-- DATA FOR REVIEW follows --

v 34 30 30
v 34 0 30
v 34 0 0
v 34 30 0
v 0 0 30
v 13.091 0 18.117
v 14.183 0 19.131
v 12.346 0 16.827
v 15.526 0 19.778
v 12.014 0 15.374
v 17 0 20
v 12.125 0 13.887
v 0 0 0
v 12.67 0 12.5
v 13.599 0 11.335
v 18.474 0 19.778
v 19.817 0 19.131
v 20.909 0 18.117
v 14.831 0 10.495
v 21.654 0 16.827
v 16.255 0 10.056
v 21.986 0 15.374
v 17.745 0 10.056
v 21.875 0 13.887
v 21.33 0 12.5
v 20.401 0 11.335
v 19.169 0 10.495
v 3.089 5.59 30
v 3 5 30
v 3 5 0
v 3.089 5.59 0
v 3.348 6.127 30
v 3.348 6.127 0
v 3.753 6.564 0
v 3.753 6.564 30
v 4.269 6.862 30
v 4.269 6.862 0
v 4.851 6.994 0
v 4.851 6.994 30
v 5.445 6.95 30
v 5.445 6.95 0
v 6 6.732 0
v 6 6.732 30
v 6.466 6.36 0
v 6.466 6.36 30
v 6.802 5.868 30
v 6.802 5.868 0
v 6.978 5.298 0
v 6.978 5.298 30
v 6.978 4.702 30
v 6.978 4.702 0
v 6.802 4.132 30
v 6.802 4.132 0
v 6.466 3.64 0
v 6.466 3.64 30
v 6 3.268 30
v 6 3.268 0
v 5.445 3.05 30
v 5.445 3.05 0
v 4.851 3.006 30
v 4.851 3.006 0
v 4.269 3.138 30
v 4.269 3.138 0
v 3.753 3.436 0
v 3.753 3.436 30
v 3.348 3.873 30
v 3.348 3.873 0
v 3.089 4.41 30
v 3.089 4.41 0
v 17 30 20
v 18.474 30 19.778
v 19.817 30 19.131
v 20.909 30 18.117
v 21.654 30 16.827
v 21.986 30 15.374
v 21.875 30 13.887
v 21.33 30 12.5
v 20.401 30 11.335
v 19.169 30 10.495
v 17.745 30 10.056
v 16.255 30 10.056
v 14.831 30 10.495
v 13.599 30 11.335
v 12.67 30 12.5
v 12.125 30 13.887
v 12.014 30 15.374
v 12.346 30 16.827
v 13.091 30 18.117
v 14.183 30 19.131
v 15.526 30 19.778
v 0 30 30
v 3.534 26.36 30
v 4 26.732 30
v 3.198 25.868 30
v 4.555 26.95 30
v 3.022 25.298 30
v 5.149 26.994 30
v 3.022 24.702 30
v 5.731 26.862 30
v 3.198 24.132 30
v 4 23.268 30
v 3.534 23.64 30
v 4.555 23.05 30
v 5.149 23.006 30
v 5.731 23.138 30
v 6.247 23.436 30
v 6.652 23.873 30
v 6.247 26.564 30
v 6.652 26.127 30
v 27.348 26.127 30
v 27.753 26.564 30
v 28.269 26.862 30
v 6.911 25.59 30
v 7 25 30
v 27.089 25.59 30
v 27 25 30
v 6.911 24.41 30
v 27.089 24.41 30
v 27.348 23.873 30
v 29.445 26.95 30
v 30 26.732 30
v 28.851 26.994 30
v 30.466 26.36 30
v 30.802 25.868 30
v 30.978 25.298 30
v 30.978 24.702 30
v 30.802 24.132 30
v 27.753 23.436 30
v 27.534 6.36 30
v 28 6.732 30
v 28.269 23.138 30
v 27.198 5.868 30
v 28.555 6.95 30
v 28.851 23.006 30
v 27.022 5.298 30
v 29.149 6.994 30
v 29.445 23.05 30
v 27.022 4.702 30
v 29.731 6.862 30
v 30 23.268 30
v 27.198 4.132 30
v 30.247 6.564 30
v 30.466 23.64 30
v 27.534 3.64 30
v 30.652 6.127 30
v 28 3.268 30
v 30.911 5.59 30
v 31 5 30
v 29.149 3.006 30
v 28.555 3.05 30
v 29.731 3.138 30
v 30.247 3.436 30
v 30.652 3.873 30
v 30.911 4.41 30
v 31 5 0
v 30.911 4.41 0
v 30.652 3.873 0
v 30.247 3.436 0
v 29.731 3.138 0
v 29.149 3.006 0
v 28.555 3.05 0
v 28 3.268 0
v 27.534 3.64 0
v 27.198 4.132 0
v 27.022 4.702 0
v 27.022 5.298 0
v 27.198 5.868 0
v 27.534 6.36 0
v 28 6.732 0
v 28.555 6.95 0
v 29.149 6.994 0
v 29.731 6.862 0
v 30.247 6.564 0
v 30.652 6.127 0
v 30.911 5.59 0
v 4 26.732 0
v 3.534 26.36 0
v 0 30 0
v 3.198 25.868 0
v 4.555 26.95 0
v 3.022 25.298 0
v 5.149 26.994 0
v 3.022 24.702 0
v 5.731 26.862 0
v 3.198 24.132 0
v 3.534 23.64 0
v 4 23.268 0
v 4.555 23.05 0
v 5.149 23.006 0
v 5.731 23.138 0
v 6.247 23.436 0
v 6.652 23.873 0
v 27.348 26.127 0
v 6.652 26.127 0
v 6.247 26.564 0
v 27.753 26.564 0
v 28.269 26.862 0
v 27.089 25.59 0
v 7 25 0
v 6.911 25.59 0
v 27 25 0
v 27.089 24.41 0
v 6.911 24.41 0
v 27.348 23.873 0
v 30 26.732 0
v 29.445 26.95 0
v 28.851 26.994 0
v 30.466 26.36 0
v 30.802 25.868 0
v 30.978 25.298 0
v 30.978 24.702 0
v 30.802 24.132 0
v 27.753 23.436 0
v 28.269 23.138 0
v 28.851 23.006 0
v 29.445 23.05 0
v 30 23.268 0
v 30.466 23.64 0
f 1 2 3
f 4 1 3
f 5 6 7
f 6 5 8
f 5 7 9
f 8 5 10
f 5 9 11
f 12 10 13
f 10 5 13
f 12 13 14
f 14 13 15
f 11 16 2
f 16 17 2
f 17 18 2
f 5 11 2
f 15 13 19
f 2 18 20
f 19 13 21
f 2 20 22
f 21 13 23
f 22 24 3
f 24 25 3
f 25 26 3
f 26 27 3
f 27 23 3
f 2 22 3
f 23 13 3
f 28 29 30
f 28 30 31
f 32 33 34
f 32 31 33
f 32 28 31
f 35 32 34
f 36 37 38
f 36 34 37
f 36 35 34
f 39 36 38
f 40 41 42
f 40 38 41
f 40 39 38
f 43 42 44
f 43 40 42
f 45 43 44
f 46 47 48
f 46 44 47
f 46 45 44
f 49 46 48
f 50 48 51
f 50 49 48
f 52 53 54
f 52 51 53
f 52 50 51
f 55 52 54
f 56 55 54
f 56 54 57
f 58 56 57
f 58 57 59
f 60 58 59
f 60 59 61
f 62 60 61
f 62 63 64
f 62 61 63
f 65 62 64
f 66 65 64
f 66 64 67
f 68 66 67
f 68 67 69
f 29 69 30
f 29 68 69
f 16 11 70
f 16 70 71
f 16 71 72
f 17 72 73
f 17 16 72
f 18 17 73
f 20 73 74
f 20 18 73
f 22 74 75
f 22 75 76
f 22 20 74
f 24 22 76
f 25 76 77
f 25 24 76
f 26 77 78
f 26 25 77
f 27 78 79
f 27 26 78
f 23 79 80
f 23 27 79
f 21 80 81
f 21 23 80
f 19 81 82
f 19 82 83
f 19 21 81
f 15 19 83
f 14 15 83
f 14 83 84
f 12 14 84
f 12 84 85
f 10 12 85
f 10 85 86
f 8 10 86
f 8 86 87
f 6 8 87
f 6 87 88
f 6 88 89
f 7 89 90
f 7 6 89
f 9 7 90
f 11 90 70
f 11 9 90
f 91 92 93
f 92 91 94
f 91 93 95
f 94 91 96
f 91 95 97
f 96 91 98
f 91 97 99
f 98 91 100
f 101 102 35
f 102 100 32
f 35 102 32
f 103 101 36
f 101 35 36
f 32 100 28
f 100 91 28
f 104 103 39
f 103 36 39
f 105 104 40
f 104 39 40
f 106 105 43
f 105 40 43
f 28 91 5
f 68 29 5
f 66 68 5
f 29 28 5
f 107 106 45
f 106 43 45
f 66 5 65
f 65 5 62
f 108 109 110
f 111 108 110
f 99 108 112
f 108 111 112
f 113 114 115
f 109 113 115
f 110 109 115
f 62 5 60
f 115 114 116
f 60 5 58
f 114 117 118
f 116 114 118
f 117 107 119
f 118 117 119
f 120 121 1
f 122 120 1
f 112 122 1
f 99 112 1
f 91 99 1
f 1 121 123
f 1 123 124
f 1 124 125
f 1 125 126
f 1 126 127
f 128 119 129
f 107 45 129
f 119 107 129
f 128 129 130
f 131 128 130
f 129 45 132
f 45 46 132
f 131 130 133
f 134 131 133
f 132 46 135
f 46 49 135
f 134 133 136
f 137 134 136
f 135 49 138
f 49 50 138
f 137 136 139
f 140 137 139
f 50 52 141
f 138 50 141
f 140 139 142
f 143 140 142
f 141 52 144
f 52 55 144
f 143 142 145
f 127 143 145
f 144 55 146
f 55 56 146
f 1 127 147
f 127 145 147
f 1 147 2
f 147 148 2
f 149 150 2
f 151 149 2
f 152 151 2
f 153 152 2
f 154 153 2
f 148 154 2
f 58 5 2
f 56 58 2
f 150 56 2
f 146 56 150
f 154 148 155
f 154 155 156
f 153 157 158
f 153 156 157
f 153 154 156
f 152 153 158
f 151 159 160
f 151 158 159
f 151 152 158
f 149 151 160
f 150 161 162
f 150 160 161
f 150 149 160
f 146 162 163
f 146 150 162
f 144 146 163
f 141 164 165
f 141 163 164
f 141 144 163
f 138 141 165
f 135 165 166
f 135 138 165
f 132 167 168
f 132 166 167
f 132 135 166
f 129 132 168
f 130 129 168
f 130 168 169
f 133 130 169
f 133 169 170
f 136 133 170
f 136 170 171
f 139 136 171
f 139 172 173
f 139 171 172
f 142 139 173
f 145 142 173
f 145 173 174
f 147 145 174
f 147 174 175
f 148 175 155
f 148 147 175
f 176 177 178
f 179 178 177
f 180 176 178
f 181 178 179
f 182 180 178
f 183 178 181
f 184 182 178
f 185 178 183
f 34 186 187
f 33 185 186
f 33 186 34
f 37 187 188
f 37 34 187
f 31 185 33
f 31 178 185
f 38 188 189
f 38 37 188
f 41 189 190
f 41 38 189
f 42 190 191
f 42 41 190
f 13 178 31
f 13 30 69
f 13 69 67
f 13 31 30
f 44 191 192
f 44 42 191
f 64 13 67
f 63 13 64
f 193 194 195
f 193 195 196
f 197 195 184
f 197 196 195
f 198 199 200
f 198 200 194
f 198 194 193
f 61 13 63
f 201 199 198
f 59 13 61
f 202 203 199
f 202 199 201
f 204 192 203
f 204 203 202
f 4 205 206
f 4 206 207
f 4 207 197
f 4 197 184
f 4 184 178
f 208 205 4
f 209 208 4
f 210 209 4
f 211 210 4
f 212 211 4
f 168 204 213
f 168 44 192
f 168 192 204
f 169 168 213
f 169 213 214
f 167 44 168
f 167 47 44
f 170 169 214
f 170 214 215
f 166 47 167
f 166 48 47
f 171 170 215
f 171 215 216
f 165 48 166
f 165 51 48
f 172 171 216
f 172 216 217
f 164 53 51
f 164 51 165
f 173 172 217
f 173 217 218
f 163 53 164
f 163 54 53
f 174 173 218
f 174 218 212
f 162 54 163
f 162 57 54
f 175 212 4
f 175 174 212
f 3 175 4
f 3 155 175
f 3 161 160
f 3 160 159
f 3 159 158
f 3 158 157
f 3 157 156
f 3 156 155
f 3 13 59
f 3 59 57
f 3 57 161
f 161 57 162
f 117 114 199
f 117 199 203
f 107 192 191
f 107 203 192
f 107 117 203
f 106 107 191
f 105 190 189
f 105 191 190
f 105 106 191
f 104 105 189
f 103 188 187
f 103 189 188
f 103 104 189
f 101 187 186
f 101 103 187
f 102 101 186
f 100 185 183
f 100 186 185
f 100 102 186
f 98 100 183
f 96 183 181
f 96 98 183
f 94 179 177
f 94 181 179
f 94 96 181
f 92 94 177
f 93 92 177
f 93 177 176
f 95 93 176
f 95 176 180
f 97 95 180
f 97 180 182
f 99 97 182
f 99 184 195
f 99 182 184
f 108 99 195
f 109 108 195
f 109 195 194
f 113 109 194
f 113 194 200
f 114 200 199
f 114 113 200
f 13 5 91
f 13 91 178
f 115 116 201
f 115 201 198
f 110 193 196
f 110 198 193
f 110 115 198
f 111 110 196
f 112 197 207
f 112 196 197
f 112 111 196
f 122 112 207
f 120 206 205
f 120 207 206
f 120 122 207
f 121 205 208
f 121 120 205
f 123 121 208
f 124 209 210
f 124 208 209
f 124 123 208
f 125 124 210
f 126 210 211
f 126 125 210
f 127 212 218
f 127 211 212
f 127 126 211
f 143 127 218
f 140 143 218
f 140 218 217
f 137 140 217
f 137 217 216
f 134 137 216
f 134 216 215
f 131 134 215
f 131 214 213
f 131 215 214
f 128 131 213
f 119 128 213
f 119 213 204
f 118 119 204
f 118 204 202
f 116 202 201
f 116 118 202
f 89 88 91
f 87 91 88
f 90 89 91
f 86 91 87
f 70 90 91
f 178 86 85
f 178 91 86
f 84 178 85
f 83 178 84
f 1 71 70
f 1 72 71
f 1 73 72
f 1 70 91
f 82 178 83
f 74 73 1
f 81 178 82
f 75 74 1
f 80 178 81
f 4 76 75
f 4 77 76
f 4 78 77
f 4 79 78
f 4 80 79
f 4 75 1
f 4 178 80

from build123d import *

# Parameters (mm, degrees)
SKETCH1_W               = 34
SKETCH1_H               = 30
SKETCH1_R               = 5
BOSS_EXTRUDE1_DEPTH     = 30
CUT_EXTRUDE1_DEPTH      = 55.369108876
CUT_EXTRUDE1_DEPTH_BACK = 55.369108876
SKETCH2_R               = 2


with BuildPart() as part:
    # Sketch1 → Boss-Extrude1 (new body)
    with BuildSketch(Plane(origin=(0, 0, 0), x_dir=(1, 0, 0), z_dir=(0, 1, 0))):
        with Locations((17, -15)):
            Rectangle(SKETCH1_W, SKETCH1_H)
        with Locations(Location((17, -15, 0), (0, 0, 270))):
            Circle(SKETCH1_R, mode=Mode.SUBTRACT)
    extrude(amount=BOSS_EXTRUDE1_DEPTH)

    # Sketch2 → Cut-Extrude1 (cut, two sides: drawn at the far end of the back side and taken through both)
    with BuildSketch(Plane(origin=(0, 0, 0), x_dir=(-1, 0, 0), z_dir=(0, 0, -1)).offset(-CUT_EXTRUDE1_DEPTH_BACK)):
        with Locations((-29, 25)):
            Circle(SKETCH2_R)
        with Locations(Location((-5, 25, 0), (0, 0, 180))):
            Circle(SKETCH2_R)
        with Locations((-5, 5)):
            Circle(SKETCH2_R)
        with Locations(Location((-29, 5, 0), (0, 0, 180))):
            Circle(SKETCH2_R)
    extrude(amount=CUT_EXTRUDE1_DEPTH + CUT_EXTRUDE1_DEPTH_BACK, mode=Mode.SUBTRACT)


solid = part.part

-- DATA FOR REVIEW concluded --

■ WHAT YOU SHOULD DO
Exactly the lines running from the top of the records to the line that contains "v 6.247 26.564 30", inclusive, must be set down, and nothing more.

■ WRITTEN RESPONSE
v 34 30 30
v 34 0 30
v 34 0 0
v 34 30 0
v 0 0 30
v 13.091 0 18.117
v 14.183 0 19.131
v 12.346 0 16.827
v 15.526 0 19.778
v 12.014 0 15.374
v 17 0 20
v 12.125 0 13.887
v 0 0 0
v 12.67 0 12.5
v 13.599 0 11.335
v 18.474 0 19.778
v 19.817 0 19.131
v 20.909 0 18.117
v 14.831 0 10.495
v 21.654 0 16.827
v 16.255 0 10.056
v 21.986 0 15.374
v 17.745 0 10.056
v 21.875 0 13.887
v 21.33 0 12.5
v 20.401 0 11.335
v 19.169 0 10.495
v 3.089 5.59 30
v 3 5 30
v 3 5 0
v 3.089 5.59 0
v 3.348 6.127 30
v 3.348 6.127 0
v 3.753 6.564 0
v 3.753 6.564 30
v 4.269 6.862 30
v 4.269 6.862 0
v 4.851 6.994 0
v 4.851 6.994 30
v 5.445 6.95 30
v 5.445 6.95 0
v 6 6.732 0
v 6 6.732 30
v 6.466 6.36 0
v 6.466 6.36 30
v 6.802 5.868 30
v 6.802 5.868 0
v 6.978 5.298 0
v 6.978 5.298 30
v 6.978 4.702 30
v 6.978 4.702 0
v 6.802 4.132 30
v 6.802 4.132 0
v 6.466 3.64 0
v 6.466 3.64 30
v 6 3.268 30
v 6 3.268 0
v 5.445 3.05 30
v 5.445 3.05 0
v 4.851 3.006 30
v 4.851 3.006 0
v 4.269 3.138 30
v 4.269 3.138 0
v 3.753 3.436 0
v 3.753 3.436 30
v 3.348 3.873 30
v 3.348 3.873 0
v 3.089 4.41 30
v 3.089 4.41 0
v 17 30 20
v 18.474 30 19.778
v 19.817 30 19.131
v 20.909 30 18.117
v 21.654 30 16.827
v 21.986 30 15.374
v 21.875 30 13.887
v 21.33 30 12.5
v 20.401 30 11.335
v 19.169 30 10.495
v 17.745 30 10.056
v 16.255 30 10.056
v 14.831 30 10.495
v 13.599 30 11.335
v 12.67 30 12.5
v 12.125 30 13.887
v 12.014 30 15.374
v 12.346 30 16.827
v 13.091 30 18.117
v 14.183 30 19.131
v 15.526 30 19.778
v 0 30 30
v 3.534 26.36 30
v 4 26.732 30
v 3.198 25.868 30
v 4.555 26.95 30
v 3.022 25.298 30
v 5.149 26.994 30
v 3.022 24.702 30
v 5.731 26.862 30
v 3.198 24.132 30
v 4 23.268 30
v 3.534 23.64 30
v 4.555 23.05 30
v 5.149 23.006 30
v 5.731 23.138 30
v 6.247 23.436 30
v 6.652 23.873 30
v 6.247 26.564 30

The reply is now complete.